Combustion characteristics of colloidal droplets of jet fuel and carbon based nanoparticles

Addition of micro and nano-sized particles to liquid fuels has proven to be a successful mechanism to improve certain combustion characteristics such as burning rate and ignition delay. In this study, sub-millimeter size droplets of colloidal suspensions of jet fuel and different types of carbon based nanoparticles were ignited and burned at ambient conditions to investigate the effects of particle size and morphology on combustion behavior. Carbon nanoparticles, nanotubes, and nanoplatelets with dimensions in the range of 2-3 nm to 100 nm were added to jet fuel at a wide range of mass concentrations. In general, higher burning rate (7-10% increase) was achieved for all of the carbon additives but it was found that the size and morphology of nanoparticles play an important role in the extent of this increase.

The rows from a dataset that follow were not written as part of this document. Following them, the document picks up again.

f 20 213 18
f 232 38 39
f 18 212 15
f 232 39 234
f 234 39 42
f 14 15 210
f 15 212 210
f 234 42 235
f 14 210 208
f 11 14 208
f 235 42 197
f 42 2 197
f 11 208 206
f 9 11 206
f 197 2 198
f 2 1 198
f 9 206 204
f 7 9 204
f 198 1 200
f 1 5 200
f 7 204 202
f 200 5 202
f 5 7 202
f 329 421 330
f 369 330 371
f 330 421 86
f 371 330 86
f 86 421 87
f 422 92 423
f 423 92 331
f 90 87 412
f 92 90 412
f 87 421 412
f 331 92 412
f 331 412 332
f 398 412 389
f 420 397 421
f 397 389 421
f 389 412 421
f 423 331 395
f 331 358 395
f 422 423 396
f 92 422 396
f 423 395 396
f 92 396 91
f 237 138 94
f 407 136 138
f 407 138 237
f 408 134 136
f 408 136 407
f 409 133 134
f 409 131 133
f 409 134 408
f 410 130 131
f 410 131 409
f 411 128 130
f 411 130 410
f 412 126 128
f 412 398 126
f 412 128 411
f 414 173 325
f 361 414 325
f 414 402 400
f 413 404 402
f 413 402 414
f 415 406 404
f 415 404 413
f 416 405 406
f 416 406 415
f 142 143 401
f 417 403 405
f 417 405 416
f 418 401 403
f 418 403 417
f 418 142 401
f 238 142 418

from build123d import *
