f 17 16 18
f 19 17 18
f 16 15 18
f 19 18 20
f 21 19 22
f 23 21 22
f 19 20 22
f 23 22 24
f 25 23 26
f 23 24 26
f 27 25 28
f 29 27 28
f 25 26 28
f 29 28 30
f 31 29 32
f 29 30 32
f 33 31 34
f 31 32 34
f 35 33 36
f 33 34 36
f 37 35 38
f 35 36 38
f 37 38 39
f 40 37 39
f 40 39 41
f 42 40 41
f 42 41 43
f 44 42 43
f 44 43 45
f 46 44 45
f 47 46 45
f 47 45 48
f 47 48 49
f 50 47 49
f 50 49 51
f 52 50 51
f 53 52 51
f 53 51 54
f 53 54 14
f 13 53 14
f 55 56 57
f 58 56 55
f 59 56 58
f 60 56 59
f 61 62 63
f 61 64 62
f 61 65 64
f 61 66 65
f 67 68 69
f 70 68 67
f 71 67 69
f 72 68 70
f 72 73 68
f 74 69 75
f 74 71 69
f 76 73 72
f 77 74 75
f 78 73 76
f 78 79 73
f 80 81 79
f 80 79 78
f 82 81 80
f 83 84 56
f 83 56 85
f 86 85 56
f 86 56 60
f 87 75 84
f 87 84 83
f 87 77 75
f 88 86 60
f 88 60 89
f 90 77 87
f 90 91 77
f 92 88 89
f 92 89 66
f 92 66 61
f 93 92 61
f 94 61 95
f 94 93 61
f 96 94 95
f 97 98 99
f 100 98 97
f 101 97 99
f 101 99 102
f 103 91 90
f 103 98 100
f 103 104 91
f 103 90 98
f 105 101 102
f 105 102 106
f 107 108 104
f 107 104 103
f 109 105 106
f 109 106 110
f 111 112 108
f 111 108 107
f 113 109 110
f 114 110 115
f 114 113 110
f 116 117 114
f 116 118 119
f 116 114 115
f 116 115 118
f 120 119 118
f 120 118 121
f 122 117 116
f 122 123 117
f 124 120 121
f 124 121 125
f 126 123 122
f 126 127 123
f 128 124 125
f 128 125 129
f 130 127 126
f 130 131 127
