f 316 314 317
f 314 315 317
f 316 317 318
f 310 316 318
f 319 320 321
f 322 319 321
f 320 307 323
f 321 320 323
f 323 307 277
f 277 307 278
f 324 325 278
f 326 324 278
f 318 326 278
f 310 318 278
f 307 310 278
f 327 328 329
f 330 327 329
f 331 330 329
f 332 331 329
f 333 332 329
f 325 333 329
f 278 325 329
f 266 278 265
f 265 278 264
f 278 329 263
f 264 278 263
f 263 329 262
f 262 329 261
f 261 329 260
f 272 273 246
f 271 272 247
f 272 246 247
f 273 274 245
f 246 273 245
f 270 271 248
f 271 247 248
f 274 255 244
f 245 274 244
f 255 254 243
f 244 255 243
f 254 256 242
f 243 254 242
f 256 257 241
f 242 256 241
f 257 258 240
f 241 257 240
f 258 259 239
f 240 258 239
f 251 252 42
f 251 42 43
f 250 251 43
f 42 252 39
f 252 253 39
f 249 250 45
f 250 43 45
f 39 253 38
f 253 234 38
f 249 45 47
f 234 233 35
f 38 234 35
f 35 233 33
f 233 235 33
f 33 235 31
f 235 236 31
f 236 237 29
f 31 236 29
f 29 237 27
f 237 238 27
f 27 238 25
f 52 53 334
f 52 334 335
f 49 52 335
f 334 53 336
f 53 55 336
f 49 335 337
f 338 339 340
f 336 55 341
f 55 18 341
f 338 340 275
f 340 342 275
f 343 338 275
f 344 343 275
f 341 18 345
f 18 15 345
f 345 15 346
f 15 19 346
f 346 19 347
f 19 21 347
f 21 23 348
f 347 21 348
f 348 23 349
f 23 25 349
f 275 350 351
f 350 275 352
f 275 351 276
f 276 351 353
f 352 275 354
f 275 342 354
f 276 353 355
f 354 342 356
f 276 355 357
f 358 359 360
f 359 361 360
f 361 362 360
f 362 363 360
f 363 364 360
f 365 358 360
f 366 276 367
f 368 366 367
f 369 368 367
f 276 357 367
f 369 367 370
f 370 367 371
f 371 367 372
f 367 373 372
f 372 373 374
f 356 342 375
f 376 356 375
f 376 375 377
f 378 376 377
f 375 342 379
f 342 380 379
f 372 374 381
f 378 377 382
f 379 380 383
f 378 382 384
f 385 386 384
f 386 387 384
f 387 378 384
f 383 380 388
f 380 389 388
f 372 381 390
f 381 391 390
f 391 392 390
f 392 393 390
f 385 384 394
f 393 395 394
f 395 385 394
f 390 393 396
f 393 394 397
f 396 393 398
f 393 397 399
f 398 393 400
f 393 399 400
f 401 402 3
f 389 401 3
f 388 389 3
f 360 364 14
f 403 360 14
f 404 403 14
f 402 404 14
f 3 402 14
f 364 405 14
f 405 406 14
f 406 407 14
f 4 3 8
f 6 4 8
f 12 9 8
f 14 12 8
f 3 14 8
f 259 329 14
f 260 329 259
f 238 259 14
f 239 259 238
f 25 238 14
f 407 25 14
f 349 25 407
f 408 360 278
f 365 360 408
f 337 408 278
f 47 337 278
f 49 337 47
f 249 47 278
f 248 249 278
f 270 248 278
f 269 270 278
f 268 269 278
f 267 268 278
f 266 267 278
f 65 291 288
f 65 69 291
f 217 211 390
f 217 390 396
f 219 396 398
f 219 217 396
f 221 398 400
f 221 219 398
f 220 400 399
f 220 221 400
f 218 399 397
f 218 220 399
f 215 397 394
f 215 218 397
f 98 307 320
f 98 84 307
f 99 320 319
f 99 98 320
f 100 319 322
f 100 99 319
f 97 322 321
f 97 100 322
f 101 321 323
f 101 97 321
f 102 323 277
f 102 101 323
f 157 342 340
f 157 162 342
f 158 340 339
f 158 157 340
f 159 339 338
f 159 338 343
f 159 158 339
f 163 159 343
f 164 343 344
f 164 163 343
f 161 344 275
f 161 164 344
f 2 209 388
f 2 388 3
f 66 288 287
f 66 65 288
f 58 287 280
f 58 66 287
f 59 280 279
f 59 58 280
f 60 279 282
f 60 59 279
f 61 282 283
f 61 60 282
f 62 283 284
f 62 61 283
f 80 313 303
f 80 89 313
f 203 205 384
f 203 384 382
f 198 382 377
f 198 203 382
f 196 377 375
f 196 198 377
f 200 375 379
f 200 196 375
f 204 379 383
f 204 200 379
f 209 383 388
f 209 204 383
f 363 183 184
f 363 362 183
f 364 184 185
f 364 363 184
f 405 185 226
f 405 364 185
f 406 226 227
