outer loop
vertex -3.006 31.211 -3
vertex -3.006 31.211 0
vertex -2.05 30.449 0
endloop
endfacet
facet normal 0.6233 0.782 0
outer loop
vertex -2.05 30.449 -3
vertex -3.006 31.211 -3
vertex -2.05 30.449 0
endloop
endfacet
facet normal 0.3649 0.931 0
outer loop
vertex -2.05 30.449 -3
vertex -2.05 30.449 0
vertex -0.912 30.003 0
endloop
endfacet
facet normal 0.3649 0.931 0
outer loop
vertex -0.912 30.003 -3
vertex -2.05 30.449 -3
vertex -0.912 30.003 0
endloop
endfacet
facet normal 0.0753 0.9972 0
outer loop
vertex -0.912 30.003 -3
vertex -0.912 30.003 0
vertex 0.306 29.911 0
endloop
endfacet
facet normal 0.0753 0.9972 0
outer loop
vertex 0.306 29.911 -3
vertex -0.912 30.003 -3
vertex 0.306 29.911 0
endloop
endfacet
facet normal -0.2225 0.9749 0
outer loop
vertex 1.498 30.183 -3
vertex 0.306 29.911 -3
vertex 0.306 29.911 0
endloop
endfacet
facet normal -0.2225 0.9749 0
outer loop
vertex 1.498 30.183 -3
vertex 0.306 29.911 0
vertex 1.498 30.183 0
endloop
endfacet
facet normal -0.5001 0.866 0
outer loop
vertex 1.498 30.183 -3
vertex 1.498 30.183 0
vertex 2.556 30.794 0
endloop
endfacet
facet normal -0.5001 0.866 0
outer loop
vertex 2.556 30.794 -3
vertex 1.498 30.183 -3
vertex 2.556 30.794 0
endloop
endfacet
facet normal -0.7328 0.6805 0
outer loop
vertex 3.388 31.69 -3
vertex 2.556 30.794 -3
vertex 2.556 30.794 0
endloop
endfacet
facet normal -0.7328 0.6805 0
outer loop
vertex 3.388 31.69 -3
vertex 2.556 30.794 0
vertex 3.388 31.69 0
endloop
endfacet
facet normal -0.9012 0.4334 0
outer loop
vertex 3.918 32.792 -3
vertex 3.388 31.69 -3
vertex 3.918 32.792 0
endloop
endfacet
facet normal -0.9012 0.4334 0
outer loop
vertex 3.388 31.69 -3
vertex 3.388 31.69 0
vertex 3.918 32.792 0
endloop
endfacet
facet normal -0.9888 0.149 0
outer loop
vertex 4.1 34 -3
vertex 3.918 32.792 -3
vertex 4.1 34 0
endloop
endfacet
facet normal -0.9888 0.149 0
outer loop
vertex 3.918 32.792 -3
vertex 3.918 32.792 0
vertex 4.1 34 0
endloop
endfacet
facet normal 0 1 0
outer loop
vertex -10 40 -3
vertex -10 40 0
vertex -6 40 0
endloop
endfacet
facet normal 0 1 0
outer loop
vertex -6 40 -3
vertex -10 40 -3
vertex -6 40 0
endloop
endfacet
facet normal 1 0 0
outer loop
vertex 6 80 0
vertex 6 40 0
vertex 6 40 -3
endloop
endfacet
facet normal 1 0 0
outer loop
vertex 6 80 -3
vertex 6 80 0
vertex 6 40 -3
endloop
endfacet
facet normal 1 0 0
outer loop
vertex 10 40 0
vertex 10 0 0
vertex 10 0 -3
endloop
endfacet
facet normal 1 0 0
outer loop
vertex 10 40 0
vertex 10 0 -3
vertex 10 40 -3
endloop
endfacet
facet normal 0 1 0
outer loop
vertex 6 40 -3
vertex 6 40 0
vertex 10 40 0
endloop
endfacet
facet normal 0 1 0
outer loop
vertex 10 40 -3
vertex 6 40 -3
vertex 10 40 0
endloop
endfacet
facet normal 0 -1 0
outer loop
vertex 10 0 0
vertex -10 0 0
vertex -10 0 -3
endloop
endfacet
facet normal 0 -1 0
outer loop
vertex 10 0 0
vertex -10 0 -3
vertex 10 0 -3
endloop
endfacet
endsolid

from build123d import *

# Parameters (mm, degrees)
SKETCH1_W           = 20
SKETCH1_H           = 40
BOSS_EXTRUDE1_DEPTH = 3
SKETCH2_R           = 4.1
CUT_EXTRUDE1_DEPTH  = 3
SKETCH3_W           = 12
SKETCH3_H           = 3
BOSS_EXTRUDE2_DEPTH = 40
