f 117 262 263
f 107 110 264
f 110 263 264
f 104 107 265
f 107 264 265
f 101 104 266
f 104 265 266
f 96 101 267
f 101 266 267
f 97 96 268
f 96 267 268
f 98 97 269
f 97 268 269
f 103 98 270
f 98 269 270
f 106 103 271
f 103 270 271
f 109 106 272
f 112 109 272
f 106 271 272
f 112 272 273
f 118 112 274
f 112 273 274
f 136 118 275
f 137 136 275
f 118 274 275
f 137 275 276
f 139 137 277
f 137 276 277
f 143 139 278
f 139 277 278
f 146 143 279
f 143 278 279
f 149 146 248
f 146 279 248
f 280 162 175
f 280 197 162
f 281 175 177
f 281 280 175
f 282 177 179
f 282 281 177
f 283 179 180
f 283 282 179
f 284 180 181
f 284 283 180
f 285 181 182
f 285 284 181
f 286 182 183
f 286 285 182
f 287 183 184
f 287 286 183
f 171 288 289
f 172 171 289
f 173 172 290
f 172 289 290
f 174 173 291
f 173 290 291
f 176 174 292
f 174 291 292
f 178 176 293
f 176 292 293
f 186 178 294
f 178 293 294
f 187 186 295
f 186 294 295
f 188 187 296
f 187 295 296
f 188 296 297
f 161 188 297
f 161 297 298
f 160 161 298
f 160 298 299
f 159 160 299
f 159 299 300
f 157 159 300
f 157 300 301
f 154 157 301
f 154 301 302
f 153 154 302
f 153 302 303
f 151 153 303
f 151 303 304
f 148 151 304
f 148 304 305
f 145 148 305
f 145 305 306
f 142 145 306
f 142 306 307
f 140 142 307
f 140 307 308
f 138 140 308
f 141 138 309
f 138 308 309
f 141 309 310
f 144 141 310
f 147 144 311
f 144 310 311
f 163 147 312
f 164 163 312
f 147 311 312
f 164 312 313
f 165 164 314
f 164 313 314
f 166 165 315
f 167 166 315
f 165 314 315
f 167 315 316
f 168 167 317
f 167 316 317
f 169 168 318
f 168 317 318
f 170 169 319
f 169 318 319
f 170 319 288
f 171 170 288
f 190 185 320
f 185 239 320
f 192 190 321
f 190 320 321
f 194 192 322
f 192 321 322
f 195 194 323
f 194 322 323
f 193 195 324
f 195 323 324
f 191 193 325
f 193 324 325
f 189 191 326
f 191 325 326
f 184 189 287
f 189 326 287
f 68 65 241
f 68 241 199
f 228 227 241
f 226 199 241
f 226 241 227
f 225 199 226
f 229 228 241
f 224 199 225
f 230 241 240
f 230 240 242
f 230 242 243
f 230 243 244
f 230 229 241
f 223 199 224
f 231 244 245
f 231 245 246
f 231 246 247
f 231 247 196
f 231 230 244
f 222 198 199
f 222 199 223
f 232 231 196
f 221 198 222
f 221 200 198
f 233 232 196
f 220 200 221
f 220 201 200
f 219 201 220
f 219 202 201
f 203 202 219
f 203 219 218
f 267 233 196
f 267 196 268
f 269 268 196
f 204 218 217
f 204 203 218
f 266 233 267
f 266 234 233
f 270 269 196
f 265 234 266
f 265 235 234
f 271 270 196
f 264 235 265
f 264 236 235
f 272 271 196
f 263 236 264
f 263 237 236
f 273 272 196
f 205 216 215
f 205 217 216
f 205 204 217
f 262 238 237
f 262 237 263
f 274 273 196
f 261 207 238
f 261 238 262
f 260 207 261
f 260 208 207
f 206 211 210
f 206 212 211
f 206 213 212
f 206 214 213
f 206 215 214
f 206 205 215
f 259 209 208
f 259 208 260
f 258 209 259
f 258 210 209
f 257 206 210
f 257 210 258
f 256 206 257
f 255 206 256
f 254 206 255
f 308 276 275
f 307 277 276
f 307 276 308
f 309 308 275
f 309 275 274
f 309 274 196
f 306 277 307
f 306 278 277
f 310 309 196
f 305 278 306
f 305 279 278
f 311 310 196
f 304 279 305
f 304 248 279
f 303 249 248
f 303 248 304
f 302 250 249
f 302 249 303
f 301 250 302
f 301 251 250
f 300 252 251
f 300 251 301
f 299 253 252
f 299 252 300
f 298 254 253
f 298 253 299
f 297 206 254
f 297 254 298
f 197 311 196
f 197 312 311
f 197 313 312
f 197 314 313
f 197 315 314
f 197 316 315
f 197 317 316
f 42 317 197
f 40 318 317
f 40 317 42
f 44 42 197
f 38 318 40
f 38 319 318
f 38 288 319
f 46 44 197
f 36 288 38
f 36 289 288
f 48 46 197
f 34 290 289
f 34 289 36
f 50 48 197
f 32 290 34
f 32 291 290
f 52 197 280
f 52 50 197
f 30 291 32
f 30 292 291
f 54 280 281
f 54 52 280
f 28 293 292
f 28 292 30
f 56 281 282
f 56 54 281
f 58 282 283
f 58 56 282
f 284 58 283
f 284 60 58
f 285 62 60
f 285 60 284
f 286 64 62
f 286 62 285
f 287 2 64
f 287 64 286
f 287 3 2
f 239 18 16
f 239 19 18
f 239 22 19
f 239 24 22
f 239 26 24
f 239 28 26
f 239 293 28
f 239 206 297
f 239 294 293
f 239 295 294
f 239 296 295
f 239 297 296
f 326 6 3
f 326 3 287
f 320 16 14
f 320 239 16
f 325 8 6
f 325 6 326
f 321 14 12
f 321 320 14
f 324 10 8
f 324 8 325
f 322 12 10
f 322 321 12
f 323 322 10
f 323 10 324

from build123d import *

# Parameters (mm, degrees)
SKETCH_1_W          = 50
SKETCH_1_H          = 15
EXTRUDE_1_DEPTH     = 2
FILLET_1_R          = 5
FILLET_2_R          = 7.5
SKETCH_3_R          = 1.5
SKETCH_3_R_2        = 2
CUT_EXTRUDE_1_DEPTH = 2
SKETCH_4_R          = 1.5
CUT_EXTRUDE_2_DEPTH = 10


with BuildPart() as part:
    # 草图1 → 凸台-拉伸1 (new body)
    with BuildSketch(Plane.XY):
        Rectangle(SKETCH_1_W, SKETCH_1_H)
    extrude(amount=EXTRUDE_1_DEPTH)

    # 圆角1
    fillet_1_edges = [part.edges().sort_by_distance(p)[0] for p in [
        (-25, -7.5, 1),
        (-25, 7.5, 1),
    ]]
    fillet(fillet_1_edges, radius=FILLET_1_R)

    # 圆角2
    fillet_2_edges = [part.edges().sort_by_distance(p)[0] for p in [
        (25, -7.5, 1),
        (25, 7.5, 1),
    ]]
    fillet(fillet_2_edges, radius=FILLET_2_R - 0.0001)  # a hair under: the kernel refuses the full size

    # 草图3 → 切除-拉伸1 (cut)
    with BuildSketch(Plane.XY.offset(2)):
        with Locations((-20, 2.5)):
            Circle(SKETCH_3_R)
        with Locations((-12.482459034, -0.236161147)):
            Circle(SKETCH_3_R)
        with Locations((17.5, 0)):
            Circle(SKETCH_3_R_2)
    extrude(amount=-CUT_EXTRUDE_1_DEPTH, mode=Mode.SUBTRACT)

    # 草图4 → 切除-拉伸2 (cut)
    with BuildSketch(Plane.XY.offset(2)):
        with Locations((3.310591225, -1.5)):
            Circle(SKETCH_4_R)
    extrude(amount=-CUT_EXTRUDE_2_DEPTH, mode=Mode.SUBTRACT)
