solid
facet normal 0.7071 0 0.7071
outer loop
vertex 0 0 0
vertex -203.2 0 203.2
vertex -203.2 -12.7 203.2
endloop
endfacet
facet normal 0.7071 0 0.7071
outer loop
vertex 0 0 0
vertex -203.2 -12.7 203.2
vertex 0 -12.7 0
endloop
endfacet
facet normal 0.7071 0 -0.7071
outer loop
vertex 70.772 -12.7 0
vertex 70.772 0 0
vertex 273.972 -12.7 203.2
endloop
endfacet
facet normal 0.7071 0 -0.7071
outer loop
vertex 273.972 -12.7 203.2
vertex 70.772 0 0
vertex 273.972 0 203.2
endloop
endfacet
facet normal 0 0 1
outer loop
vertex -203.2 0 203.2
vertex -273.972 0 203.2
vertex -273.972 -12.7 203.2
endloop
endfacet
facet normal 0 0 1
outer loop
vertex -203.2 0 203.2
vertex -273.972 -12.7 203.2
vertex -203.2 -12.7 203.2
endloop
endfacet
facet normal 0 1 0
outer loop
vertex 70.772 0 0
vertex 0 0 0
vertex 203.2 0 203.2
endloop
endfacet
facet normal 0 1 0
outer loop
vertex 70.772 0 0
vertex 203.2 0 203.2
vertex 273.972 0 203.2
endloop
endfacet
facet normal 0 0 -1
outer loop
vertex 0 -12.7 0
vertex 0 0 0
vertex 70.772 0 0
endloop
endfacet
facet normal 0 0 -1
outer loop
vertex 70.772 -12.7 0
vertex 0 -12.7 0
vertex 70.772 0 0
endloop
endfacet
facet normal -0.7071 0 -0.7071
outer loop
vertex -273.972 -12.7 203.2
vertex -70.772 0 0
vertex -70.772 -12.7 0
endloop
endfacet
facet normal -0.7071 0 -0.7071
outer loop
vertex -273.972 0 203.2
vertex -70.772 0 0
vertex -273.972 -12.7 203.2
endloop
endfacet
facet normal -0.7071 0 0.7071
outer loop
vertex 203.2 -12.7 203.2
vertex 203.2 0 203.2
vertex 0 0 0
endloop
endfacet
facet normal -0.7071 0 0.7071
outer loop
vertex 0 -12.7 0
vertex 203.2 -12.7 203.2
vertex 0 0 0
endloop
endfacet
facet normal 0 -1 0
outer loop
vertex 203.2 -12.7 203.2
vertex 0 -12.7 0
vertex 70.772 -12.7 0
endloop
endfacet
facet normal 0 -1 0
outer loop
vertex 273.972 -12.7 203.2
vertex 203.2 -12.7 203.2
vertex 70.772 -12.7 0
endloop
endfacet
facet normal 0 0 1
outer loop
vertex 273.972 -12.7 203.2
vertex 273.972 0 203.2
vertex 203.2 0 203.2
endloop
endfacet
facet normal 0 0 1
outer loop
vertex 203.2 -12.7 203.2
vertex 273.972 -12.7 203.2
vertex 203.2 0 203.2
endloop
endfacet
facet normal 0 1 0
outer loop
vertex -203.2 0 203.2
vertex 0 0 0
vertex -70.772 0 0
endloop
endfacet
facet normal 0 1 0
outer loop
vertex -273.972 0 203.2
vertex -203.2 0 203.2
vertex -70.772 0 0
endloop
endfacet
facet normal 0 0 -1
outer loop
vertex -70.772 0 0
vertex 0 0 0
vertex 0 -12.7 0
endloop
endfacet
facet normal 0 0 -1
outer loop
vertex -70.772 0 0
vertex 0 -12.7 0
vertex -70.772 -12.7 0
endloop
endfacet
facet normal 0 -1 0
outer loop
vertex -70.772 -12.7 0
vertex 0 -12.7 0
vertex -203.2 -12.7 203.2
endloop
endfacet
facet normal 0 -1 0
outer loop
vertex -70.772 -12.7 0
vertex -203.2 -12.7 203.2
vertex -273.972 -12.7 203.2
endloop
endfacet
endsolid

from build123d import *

# Parameters (mm, degrees)
F2_DEPTH = 12.7


with BuildPart() as f2:
    # F1 (on face) → F2 (new body)
    with BuildSketch(Plane.XZ):
        Polygon((273.971599, 203.2), (203.2, 203.2), (0, 0), (70.771599, 0), align=None)
    extrude(amount=F2_DEPTH)


with BuildPart() as f3_1:
    # F3: instance of F2
    add(f2.part.mirror(Plane.YZ))


solid = Compound([f2.part, f3_1.part])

For each particle type, a concentration was found at which maximum burning rate was achieved. It was observed that addition of more particle beyond this concentration would result in a burning rate reduction possibly due to the formation of large aggregates. Among the three carbon additives, nanotubes resulted in the highest burning rate increase at only 0.25% particle loading. Improved thermal and optical properties of these suspensions is believed to result in improved heat transfer within the droplet and an increase in the droplet temperature and evaporation rate.